Instructions to follow:
Below is a set of records. Repeat all of them exactly.
■ ■ ■
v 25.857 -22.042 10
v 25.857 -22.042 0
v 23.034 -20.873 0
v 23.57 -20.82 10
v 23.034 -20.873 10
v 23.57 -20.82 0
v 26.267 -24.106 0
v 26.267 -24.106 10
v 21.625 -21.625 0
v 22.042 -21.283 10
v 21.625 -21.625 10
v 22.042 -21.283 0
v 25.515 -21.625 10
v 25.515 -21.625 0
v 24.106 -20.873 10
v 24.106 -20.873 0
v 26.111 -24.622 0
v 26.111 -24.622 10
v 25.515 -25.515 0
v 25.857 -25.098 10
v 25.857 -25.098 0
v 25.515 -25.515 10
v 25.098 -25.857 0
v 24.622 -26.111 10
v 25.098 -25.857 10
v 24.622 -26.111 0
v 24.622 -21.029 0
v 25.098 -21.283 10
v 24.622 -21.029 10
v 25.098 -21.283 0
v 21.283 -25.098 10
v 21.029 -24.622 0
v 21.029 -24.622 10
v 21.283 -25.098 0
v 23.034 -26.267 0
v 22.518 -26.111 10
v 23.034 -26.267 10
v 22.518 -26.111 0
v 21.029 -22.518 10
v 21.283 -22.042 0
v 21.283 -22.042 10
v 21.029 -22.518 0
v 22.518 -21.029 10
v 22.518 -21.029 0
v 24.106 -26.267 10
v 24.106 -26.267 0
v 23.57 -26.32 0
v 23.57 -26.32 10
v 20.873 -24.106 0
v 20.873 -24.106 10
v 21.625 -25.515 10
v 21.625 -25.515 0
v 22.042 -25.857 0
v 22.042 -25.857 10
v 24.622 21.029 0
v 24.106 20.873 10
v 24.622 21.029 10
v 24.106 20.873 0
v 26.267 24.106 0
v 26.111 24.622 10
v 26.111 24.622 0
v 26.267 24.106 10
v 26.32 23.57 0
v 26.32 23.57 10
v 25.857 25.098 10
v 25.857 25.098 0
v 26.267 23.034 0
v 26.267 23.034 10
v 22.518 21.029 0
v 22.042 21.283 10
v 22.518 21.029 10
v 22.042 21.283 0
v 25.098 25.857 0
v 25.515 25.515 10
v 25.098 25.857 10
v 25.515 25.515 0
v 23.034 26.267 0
■ ■ ■
Task solution:
v 25.857 -22.042 10
v 25.857 -22.042 0
v 23.034 -20.873 0
v 23.57 -20.82 10
v 23.034 -20.873 10
v 23.57 -20.82 0
v 26.267 -24.106 0
v 26.267 -24.106 10
v 21.625 -21.625 0
v 22.042 -21.283 10
v 21.625 -21.625 10
v 22.042 -21.283 0
v 25.515 -21.625 10
v 25.515 -21.625 0
v 24.106 -20.873 10
v 24.106 -20.873 0
v 26.111 -24.622 0
v 26.111 -24.622 10
v 25.515 -25.515 0
v 25.857 -25.098 10
v 25.857 -25.098 0
v 25.515 -25.515 10
v 25.098 -25.857 0
v 24.622 -26.111 10
v 25.098 -25.857 10
v 24.622 -26.111 0
v 24.622 -21.029 0
v 25.098 -21.283 10
v 24.622 -21.029 10
v 25.098 -21.283 0
v 21.283 -25.098 10
v 21.029 -24.622 0
v 21.029 -24.622 10
v 21.283 -25.098 0
v 23.034 -26.267 0
v 22.518 -26.111 10
v 23.034 -26.267 10
v 22.518 -26.111 0
v 21.029 -22.518 10
v 21.283 -22.042 0
v 21.283 -22.042 10
v 21.029 -22.518 0
v 22.518 -21.029 10
v 22.518 -21.029 0
v 24.106 -26.267 10
v 24.106 -26.267 0
v 23.57 -26.32 0
v 23.57 -26.32 10
v 20.873 -24.106 0
v 20.873 -24.106 10
v 21.625 -25.515 10
v 21.625 -25.515 0
v 22.042 -25.857 0
v 22.042 -25.857 10
v 24.622 21.029 0
v 24.106 20.873 10
v 24.622 21.029 10
v 24.106 20.873 0
v 26.267 24.106 0
v 26.111 24.622 10
v 26.111 24.622 0
v 26.267 24.106 10
v 26.32 23.57 0
v 26.32 23.57 10
v 25.857 25.098 10
v 25.857 25.098 0
v 26.267 23.034 0
v 26.267 23.034 10
v 22.518 21.029 0
v 22.042 21.283 10
v 22.518 21.029 10
v 22.042 21.283 0
v 25.098 25.857 0
v 25.515 25.515 10
v 25.098 25.857 10
v 25.515 25.515 0
v 23.034 26.267 0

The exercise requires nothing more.